Steps 4 - 10 are tightly coupled with the database or with the infrastructure around the database.

Schema change and Vitess

Vitess solves or automates multiple parts of the flow:

Formalize

In managed, online schema changes the user supplies a valid SQL ALTER TABLE statement, and Vitess schedules and runs the migration, based on a specified strategy.

In addition, vitess strategy migrations offer declarative changes, where the user only needs to supply the desired CREATE TABLE or DROP TABLE statements, and Vitess computes the correct migration needed.

Locate

For a given table in a given keyspace, Vitess knows at all times:

  • In which shards (MySQL clusters) the table is found
  • Which is the primary server per shard.
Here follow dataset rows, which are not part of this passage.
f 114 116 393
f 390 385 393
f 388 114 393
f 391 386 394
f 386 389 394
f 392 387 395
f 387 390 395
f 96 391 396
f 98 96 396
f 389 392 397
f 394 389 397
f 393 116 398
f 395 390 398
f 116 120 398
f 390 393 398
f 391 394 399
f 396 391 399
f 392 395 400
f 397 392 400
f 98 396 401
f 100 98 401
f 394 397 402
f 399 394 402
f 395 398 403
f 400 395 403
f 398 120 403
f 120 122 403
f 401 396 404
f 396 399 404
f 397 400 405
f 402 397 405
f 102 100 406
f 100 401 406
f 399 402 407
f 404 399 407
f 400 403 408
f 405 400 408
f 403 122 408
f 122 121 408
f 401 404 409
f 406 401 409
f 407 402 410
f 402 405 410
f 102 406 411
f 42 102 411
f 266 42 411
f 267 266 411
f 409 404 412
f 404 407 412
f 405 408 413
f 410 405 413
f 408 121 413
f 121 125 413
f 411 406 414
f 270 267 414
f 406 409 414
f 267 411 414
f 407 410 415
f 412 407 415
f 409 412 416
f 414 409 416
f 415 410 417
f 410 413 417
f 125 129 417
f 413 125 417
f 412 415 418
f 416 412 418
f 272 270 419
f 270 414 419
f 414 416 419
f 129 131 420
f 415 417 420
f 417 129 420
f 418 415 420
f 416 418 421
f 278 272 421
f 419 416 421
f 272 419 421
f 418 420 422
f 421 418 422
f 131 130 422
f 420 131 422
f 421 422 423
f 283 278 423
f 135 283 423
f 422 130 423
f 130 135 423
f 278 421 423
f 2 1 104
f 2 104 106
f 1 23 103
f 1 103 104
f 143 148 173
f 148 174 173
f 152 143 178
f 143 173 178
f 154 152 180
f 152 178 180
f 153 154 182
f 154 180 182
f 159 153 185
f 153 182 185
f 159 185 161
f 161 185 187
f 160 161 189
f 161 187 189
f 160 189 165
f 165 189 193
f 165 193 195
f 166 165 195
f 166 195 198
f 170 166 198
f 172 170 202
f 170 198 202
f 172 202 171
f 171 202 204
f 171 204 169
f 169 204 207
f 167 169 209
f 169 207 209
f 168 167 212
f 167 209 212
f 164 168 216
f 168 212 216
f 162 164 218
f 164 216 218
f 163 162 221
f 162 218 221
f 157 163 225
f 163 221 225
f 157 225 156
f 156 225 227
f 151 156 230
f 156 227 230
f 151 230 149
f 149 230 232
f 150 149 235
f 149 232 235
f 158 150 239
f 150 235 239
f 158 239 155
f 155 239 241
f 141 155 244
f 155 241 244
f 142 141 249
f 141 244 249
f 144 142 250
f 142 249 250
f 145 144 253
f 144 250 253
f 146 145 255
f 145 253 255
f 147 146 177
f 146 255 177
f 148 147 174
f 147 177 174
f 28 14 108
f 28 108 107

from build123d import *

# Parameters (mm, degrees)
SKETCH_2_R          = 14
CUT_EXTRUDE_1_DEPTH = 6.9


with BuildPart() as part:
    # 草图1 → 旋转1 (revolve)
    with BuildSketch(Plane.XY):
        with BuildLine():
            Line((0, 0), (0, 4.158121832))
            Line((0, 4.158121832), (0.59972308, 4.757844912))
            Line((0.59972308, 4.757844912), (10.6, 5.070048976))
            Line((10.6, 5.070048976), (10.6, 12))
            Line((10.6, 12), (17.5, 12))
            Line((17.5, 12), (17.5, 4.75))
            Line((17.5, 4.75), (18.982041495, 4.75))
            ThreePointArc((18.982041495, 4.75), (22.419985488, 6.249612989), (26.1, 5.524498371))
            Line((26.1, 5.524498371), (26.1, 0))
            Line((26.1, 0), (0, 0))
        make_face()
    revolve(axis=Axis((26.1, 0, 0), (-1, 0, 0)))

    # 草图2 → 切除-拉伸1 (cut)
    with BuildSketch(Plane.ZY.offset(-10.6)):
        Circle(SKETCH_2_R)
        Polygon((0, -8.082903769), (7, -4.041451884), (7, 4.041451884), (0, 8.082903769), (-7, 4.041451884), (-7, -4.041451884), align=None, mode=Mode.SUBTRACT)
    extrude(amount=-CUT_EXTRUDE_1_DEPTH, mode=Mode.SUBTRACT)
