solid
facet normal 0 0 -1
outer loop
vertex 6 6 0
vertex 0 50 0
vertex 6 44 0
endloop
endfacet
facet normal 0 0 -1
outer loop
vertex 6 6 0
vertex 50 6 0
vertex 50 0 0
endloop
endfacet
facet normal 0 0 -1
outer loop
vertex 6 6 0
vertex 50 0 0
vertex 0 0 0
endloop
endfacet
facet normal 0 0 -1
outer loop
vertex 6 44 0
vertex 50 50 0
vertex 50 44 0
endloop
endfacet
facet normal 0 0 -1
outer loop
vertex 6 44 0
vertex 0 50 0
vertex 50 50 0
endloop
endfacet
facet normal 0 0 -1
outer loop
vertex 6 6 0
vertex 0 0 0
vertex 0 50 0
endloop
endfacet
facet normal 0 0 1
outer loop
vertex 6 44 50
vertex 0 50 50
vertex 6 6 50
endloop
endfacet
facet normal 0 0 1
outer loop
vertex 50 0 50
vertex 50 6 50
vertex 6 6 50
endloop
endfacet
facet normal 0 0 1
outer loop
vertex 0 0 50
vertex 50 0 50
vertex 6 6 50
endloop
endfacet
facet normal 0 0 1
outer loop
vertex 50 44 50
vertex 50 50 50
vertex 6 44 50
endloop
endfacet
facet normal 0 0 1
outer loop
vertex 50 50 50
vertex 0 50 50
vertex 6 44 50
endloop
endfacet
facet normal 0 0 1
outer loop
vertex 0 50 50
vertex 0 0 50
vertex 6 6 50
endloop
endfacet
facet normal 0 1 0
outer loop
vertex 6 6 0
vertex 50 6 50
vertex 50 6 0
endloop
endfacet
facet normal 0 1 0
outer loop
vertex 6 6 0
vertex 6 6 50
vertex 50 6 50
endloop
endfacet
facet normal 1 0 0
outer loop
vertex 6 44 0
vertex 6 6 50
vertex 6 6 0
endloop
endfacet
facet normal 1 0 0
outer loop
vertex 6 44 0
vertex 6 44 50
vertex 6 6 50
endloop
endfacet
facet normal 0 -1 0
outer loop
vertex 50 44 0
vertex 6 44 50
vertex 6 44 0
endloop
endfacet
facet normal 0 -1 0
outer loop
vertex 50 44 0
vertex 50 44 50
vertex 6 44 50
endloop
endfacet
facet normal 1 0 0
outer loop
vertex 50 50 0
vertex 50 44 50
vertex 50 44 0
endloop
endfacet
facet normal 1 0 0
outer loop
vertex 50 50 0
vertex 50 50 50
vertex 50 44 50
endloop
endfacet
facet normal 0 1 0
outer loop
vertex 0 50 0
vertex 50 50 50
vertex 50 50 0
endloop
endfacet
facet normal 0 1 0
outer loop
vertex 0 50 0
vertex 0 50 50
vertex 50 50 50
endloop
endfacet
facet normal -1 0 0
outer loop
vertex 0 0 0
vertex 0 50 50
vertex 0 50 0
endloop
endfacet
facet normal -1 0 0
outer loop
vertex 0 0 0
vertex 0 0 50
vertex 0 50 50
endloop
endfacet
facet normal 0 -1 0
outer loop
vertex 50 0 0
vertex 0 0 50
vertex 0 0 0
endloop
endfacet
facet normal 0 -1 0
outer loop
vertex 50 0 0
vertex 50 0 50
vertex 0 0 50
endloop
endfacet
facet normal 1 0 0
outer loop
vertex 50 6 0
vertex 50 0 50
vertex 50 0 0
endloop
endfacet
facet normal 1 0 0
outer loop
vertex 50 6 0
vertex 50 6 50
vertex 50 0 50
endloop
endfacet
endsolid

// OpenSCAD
$fn = 32;

// ----------------------------------------------------------------------
// Structural section: channel 50 x 50 mm
// ----------------------------------------------------------------------

// --- parameters (mm) ---
sec_w = 50;               // channel width, X
sec_h = 50;               // channel height, Y
flange_t = 6;             // flange thickness
web_t = 6;                // web thickness
plate_t = 50;             // cut length, Z (extrusion height)

profile = [[0, 0], [50, 0], [50, 6], [6, 6], [6, 44], [50, 44], [50, 50], [0, 50]];  // primary outline, 8 points, counter clockwise

// --- the one profile operation ---
linear_extrude(height = plate_t) polygon(points = profile);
When using either managed schema changes, or direct schema changes via vtctldclient or vtgate, Vitess resolves the discovery of the affected servers automatically, and this is hidden from the user.

Schedule

In managed, online schema changes, Vitess owns and tracks all pending and active migrations. Vitess schedules migrations to run, either sequentially or, where possible, concurrently.

Execute

In managed, online schema changes, Vitess owns the execution of vitess, gh-ost or pt-online-schema-change migrations. While these run in the background, Vitess keeps track of the migration state.
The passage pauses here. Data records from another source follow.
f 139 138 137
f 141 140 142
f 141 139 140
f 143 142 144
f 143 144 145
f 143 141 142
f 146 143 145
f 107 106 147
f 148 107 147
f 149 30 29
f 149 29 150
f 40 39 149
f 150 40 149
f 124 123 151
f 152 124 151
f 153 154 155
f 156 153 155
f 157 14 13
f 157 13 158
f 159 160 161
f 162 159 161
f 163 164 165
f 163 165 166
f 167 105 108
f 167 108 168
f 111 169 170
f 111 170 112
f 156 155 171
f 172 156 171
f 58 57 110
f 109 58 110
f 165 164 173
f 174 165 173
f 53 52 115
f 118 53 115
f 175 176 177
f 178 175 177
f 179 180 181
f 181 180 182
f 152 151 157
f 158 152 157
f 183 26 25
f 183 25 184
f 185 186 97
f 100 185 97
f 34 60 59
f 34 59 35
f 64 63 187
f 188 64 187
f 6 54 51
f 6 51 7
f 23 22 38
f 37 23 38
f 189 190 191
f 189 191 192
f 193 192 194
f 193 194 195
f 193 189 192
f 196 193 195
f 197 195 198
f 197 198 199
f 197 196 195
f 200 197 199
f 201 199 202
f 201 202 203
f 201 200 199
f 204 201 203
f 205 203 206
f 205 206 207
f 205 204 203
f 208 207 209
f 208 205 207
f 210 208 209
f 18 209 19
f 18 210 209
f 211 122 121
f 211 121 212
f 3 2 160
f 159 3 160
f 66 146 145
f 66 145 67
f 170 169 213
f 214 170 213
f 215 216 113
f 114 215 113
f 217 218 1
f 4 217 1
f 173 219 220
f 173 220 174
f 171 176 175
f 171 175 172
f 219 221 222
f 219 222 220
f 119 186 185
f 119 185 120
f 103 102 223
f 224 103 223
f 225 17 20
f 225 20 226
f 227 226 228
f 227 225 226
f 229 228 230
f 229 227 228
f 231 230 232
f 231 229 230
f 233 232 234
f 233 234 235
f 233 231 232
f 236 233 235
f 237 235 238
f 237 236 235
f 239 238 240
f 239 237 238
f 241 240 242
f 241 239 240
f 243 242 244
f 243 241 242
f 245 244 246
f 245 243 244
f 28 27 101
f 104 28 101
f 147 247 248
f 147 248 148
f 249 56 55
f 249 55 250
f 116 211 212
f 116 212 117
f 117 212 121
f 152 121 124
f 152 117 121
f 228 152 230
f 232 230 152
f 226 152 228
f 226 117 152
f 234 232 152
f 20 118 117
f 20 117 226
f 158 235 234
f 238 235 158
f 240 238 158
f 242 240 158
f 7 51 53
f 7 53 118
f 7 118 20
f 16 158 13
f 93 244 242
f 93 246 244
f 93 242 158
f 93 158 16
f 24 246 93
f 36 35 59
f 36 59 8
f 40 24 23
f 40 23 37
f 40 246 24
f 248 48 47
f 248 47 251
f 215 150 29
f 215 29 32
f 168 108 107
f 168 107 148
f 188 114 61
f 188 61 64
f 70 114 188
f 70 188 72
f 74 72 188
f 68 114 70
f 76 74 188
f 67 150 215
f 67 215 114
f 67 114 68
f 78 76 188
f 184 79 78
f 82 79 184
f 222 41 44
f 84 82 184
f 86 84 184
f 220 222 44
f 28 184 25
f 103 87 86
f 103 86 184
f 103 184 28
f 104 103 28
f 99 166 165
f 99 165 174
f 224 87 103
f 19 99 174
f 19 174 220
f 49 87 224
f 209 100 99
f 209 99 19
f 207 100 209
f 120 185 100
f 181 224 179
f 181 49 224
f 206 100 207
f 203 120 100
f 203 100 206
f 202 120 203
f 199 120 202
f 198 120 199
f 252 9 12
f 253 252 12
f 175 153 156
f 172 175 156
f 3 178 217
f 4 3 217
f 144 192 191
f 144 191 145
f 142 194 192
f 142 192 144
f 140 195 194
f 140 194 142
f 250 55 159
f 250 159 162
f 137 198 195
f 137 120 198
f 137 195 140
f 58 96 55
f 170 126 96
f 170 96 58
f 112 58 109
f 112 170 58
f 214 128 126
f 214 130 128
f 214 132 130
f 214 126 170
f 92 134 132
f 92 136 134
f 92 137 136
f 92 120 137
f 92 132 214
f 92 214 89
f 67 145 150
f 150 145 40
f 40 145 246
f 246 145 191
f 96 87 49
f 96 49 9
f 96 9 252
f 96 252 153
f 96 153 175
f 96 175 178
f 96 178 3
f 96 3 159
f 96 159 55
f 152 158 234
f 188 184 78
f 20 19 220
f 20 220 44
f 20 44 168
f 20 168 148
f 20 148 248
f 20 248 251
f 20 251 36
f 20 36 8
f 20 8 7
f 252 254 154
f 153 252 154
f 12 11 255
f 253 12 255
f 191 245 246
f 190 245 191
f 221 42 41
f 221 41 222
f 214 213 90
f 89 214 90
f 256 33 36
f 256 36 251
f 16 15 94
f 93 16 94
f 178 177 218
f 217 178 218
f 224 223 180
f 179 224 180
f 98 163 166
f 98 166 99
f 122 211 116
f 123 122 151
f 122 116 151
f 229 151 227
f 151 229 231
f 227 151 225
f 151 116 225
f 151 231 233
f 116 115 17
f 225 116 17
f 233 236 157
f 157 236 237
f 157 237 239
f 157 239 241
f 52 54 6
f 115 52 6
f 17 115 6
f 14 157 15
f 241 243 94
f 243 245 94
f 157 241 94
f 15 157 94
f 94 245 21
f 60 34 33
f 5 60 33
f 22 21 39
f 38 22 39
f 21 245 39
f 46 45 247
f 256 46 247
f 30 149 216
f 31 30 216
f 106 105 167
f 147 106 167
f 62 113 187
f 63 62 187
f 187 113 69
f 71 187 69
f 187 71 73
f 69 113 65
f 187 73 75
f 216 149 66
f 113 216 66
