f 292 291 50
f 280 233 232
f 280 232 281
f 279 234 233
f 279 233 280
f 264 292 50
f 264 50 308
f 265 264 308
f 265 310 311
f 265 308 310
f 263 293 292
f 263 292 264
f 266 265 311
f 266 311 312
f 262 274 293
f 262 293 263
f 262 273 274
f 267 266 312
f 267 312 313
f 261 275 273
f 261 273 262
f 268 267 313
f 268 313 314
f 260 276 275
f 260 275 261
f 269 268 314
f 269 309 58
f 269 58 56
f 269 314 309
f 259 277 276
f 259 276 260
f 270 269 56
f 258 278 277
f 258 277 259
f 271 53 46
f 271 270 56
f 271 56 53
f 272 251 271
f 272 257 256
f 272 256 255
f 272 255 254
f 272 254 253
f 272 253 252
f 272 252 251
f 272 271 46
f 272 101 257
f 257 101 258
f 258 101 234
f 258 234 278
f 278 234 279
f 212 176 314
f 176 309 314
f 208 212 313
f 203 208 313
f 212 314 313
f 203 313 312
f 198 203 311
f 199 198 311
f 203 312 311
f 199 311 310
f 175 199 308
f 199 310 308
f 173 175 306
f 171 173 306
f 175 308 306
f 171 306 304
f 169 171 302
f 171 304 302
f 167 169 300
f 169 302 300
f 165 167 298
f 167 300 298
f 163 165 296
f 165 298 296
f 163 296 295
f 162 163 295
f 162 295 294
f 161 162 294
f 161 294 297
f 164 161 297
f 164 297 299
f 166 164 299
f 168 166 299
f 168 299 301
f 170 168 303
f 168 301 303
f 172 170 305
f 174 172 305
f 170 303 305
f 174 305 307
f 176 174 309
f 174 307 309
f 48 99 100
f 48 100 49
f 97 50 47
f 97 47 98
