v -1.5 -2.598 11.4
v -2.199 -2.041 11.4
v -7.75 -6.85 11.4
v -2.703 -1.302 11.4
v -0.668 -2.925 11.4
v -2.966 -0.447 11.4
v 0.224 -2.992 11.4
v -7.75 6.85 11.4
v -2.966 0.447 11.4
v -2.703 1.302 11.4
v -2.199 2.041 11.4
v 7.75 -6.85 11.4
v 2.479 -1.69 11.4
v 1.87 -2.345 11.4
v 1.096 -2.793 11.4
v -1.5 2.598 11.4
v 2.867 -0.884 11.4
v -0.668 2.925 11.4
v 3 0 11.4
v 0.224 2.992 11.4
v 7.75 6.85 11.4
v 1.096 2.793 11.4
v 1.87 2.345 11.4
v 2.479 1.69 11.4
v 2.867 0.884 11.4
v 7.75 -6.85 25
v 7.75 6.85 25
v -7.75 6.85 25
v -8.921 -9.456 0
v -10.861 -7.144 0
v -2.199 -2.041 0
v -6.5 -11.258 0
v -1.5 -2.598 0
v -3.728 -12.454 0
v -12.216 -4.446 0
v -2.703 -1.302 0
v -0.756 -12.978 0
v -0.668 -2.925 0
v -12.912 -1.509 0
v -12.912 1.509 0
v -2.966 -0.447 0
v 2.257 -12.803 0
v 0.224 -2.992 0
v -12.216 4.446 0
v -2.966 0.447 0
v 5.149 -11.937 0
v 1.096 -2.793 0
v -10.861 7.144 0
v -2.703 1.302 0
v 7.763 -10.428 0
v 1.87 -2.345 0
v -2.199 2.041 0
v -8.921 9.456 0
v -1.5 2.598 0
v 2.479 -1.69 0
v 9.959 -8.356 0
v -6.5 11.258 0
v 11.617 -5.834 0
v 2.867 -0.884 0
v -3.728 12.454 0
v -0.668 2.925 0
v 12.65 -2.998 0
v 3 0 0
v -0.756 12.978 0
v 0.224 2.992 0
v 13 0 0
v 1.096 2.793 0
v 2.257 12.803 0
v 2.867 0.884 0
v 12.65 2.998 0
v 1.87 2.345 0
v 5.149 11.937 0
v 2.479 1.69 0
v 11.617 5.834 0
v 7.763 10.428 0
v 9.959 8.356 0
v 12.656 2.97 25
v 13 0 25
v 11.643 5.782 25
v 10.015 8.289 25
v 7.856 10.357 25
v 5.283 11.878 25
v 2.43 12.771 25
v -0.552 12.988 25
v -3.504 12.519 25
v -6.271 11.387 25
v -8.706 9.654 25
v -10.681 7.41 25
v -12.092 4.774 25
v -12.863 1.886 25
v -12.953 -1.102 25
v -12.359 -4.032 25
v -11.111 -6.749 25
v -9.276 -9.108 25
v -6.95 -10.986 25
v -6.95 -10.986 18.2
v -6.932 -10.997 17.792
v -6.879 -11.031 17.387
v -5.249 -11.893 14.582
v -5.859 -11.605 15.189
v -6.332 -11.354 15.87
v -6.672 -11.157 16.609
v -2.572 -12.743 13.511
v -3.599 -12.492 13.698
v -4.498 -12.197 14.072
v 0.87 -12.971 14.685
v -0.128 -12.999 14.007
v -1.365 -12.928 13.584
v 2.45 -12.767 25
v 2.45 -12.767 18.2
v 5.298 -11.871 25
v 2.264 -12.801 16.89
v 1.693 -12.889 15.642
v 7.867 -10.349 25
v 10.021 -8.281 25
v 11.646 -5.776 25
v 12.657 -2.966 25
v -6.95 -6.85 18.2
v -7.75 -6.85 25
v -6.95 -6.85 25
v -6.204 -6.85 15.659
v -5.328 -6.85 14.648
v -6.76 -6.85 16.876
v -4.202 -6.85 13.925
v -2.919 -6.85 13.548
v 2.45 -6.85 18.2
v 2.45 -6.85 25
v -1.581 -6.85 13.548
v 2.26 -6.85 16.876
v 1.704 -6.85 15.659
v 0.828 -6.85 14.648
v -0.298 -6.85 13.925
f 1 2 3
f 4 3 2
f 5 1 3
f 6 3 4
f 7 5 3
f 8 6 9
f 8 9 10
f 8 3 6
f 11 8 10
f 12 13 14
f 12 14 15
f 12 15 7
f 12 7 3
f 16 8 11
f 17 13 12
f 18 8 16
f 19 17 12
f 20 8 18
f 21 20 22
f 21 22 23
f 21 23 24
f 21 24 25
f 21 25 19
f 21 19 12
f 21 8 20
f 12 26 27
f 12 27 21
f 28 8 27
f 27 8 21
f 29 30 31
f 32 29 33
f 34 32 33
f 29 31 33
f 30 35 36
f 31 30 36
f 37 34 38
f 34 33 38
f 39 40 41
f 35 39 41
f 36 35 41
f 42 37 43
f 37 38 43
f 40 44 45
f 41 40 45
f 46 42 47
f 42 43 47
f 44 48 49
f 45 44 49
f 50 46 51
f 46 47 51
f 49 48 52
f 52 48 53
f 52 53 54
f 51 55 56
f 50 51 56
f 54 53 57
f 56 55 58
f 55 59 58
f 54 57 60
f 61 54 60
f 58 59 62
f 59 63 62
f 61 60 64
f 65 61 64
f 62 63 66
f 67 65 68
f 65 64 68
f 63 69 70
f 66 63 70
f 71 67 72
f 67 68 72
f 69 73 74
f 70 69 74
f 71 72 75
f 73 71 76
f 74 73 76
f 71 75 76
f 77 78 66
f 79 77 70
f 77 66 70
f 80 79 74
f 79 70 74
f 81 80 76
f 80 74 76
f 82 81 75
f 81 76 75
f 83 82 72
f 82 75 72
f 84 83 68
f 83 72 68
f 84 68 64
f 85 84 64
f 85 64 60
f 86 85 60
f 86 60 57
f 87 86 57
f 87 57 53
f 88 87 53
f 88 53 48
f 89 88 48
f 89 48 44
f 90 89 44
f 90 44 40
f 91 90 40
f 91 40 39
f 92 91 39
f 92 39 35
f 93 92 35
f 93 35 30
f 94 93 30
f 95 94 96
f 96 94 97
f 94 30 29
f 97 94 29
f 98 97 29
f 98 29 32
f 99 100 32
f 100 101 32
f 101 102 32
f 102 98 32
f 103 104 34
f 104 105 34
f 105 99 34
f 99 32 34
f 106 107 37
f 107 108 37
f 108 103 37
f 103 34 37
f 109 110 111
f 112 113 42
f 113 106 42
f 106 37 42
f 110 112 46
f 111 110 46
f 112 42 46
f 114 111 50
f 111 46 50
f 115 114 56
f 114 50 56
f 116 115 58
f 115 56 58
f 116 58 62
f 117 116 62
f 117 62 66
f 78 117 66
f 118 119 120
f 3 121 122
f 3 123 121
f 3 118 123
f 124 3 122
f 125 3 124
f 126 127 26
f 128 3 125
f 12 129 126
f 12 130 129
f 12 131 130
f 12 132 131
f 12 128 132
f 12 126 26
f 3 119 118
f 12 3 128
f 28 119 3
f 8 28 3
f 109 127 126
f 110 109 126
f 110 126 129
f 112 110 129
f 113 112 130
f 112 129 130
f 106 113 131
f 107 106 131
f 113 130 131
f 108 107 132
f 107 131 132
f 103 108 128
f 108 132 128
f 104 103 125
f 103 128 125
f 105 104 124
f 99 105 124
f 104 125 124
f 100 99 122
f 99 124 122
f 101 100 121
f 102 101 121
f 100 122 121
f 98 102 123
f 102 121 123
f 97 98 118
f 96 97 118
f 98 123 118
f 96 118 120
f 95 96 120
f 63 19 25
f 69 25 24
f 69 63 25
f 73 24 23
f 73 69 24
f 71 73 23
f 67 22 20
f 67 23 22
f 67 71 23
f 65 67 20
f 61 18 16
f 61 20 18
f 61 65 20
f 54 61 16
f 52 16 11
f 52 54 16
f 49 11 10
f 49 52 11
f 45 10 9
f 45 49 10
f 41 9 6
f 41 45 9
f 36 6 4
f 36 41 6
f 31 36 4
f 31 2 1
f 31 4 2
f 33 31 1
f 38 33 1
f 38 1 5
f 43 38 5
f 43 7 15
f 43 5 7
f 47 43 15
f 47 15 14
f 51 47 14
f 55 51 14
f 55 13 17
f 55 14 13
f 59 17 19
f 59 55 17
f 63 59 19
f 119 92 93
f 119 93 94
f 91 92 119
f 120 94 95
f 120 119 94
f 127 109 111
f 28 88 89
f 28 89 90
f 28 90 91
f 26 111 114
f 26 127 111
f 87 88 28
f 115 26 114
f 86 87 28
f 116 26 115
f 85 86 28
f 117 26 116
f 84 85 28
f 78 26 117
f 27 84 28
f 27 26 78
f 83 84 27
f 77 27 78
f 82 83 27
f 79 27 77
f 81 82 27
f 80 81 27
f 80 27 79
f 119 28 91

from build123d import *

# Parameters (mm, degrees)
SKETCH1_R               = 13
SKETCH1_R_2             = 3
BOSS_EXTRUDE1_DEPTH     = 25
SKETCH2_W               = 15.5
SKETCH2_H               = 13.6
CUT_EXTRUDE1_DEPTH      = 6.85
CUT_EXTRUDE2_REACH      = 33.032
CUT_EXTRUDE2_END_RADIUS = 13


with BuildPart() as part:
    # Sketch1 → Boss-Extrude1 (new body)
    with BuildSketch(Plane.XY):
        Circle(SKETCH1_R)
        Circle(SKETCH1_R_2, mode=Mode.SUBTRACT)
    extrude(amount=BOSS_EXTRUDE1_DEPTH)

    # Sketch2 → Cut-Extrude1 (cut, symmetric)
    with BuildSketch(Plane(origin=(0, 0, 0), x_dir=(1, 0, 0), z_dir=(0, 1, 0))):
        with Locations((0, -18.2)):
            Rectangle(SKETCH2_W, SKETCH2_H)
    extrude(amount=CUT_EXTRUDE1_DEPTH, both=True, mode=Mode.SUBTRACT)

    # Cut-Extrude2: up to this cylinder (the profile starts inside it)
    cut_extrude2_end = Plane(origin=(0, 0, 19.701869), z_dir=(0, 0, -1)) * Cylinder(CUT_EXTRUDE2_END_RADIUS, 93.064, mode=Mode.PRIVATE)
    # Sketch3 → Cut-Extrude2 (cut, up to the surface)
    with BuildSketch(Plane(origin=(0, 0, 0), x_dir=(1, 0, 0), z_dir=(0, 1, 0)), mode=Mode.PRIVATE) as cut_extrude2_sk1:
        with BuildLine():
            Line((-6.95, -18.2), (-6.95, -25))
            Line((-6.95, -25), (2.45, -25))
            Line((2.45, -25), (2.45, -18.2))
            ThreePointArc((2.45, -18.2), (-2.25, -13.5), (-6.95, -18.2))
        make_face()
    cut_extrude2_tool1 = extrude(cut_extrude2_sk1.sketch, amount=-CUT_EXTRUDE2_REACH, mode=Mode.PRIVATE) & cut_extrude2_end
    add(cut_extrude2_tool1.solids().sort_by_distance((-2.25, 0, 19.701869))[0], mode=Mode.SUBTRACT)


solid = part.part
In direct schema changes via vtctldclient or vtgate, Vitess issues a synchronous ALTER TABLE statement on the relevant shards.

Audit/control

In managed, online schema changes, Vitess keeps track of the state of the migration. It automatically detects when the migration is complete or has failed. It will detect failure even if the tablet itself, which is running the migration, fails. Vitess allows the user to cancel a migration. If such a migration is queued by the scheduler, then it is unqueued. If it’s already running, it is interrupted and aborted. Vitess allows the user to check on a migration status across the relevant shards.

Cut-over/complete

By default, Vitess runs automated cut-overs. The migration will complete as soon as it’s able to. Optionally, the user may request to postpone the migration’s completion until an explicit COMPLETE command is given.

Cleanup

Vitess automatically garbage-collects the “old” tables, artifacts of vitess, gh-ost and pt-online-schema-change migrations. It drops those tables in an incremental, non blocking method.

In the case of managed, online schema changes via pt-online-schema-change, Vitess will ensure to drop the triggers in case the tool failed to do so for whatever reason.

The various approaches

Vitess allows a variety of approaches to schema changes, from fully automated to fully owned by the user.

  • Managed, online schema changes are the preferred approach in Vitess .
  • Direct, blocking ALTERs are generally impractical in production given that they can block writes for substantial lengths of time.
  • User controlled migrations are allowed, and under the user’s responsibility.

See breakdown in managed, online schema changes and in unmanaged schema changes.